--- START ---
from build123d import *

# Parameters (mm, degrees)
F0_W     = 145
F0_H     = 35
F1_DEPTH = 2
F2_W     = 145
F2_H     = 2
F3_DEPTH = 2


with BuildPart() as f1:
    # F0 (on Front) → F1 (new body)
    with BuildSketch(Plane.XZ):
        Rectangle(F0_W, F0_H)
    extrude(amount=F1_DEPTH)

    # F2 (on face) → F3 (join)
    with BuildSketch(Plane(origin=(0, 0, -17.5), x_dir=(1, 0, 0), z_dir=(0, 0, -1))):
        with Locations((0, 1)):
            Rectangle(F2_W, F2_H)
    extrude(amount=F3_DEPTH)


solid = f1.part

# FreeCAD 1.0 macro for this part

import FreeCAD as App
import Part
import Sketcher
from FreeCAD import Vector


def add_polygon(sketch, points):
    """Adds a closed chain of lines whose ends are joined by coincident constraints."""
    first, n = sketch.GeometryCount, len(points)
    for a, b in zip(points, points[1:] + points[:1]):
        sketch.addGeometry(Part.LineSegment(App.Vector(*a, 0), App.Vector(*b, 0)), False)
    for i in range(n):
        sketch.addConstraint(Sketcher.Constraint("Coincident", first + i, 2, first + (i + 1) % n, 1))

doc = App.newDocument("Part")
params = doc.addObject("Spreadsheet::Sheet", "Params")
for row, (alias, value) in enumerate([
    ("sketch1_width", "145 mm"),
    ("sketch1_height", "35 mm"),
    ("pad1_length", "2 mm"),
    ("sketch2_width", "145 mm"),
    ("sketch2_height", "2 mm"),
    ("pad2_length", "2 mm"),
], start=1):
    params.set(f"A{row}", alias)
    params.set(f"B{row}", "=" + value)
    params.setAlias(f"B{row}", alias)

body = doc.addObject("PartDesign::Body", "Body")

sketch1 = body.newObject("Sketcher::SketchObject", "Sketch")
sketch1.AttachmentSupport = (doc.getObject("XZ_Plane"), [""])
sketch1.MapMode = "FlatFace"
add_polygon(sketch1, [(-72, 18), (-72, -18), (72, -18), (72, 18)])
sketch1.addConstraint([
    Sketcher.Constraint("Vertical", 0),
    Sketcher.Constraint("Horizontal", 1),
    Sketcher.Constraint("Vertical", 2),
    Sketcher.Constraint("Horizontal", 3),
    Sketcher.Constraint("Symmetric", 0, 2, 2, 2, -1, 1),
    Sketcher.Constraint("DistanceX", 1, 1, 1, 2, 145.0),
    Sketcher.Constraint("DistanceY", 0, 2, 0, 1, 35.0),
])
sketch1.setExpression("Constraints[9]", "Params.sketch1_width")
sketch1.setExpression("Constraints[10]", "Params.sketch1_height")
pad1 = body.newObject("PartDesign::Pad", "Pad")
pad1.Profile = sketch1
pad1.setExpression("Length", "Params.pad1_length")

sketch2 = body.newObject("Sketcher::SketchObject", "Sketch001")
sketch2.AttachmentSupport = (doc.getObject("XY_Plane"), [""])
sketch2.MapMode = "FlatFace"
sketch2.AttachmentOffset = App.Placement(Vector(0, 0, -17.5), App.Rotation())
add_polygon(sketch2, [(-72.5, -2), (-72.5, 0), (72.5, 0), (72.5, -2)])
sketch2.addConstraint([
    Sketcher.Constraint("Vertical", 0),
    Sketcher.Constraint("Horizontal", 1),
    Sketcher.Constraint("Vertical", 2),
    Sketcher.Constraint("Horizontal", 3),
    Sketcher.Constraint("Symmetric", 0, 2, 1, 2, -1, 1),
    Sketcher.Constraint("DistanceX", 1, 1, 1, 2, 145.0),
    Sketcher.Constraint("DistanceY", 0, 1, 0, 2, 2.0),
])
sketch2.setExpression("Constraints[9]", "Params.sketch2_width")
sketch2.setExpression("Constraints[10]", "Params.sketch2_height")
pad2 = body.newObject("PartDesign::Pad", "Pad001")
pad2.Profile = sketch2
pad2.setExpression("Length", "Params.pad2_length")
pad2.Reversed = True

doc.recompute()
--- END ---
_TO DO:_
Set the whole listing down again, unchanged.

_SOLUTION TO THIS EXERCISE:_
from build123d import *

# Parameters (mm, degrees)
F0_W     = 145
F0_H     = 35
F1_DEPTH = 2
F2_W     = 145
F2_H     = 2
F3_DEPTH = 2


with BuildPart() as f1:
    # F0 (on Front) → F1 (new body)
    with BuildSketch(Plane.XZ):
        Rectangle(F0_W, F0_H)
    extrude(amount=F1_DEPTH)

    # F2 (on face) → F3 (join)
    with BuildSketch(Plane(origin=(0, 0, -17.5), x_dir=(1, 0, 0), z_dir=(0, 0, -1))):
        with Locations((0, 1)):
            Rectangle(F2_W, F2_H)
    extrude(amount=F3_DEPTH)


solid = f1.part

# FreeCAD 1.0 macro for this part

import FreeCAD as App
import Part
import Sketcher
from FreeCAD import Vector


def add_polygon(sketch, points):
    """Adds a closed chain of lines whose ends are joined by coincident constraints."""
    first, n = sketch.GeometryCount, len(points)
    for a, b in zip(points, points[1:] + points[:1]):
        sketch.addGeometry(Part.LineSegment(App.Vector(*a, 0), App.Vector(*b, 0)), False)
    for i in range(n):
        sketch.addConstraint(Sketcher.Constraint("Coincident", first + i, 2, first + (i + 1) % n, 1))

doc = App.newDocument("Part")
params = doc.addObject("Spreadsheet::Sheet", "Params")
for row, (alias, value) in enumerate([
    ("sketch1_width", "145 mm"),
    ("sketch1_height", "35 mm"),
    ("pad1_length", "2 mm"),
    ("sketch2_width", "145 mm"),
    ("sketch2_height", "2 mm"),
    ("pad2_length", "2 mm"),
], start=1):
    params.set(f"A{row}", alias)
    params.set(f"B{row}", "=" + value)
    params.setAlias(f"B{row}", alias)

body = doc.addObject("PartDesign::Body", "Body")

sketch1 = body.newObject("Sketcher::SketchObject", "Sketch")
sketch1.AttachmentSupport = (doc.getObject("XZ_Plane"), [""])
sketch1.MapMode = "FlatFace"
add_polygon(sketch1, [(-72, 18), (-72, -18), (72, -18), (72, 18)])
sketch1.addConstraint([
    Sketcher.Constraint("Vertical", 0),
    Sketcher.Constraint("Horizontal", 1),
    Sketcher.Constraint("Vertical", 2),
    Sketcher.Constraint("Horizontal", 3),
    Sketcher.Constraint("Symmetric", 0, 2, 2, 2, -1, 1),
    Sketcher.Constraint("DistanceX", 1, 1, 1, 2, 145.0),
    Sketcher.Constraint("DistanceY", 0, 2, 0, 1, 35.0),
])
sketch1.setExpression("Constraints[9]", "Params.sketch1_width")
sketch1.setExpression("Constraints[10]", "Params.sketch1_height")
pad1 = body.newObject("PartDesign::Pad", "Pad")
pad1.Profile = sketch1
pad1.setExpression("Length", "Params.pad1_length")

sketch2 = body.newObject("Sketcher::SketchObject", "Sketch001")
sketch2.AttachmentSupport = (doc.getObject("XY_Plane"), [""])
sketch2.MapMode = "FlatFace"
sketch2.AttachmentOffset = App.Placement(Vector(0, 0, -17.5), App.Rotation())
add_polygon(sketch2, [(-72.5, -2), (-72.5, 0), (72.5, 0), (72.5, -2)])
sketch2.addConstraint([
    Sketcher.Constraint("Vertical", 0),
    Sketcher.Constraint("Horizontal", 1),
    Sketcher.Constraint("Vertical", 2),
    Sketcher.Constraint("Horizontal", 3),
    Sketcher.Constraint("Symmetric", 0, 2, 1, 2, -1, 1),
    Sketcher.Constraint("DistanceX", 1, 1, 1, 2, 145.0),
    Sketcher.Constraint("DistanceY", 0, 1, 0, 2, 2.0),
])
sketch2.setExpression("Constraints[9]", "Params.sketch2_width")
sketch2.setExpression("Constraints[10]", "Params.sketch2_height")
pad2 = body.newObject("PartDesign::Pad", "Pad001")
pad2.Profile = sketch2
pad2.setExpression("Length", "Params.pad2_length")
pad2.Reversed = True

doc.recompute()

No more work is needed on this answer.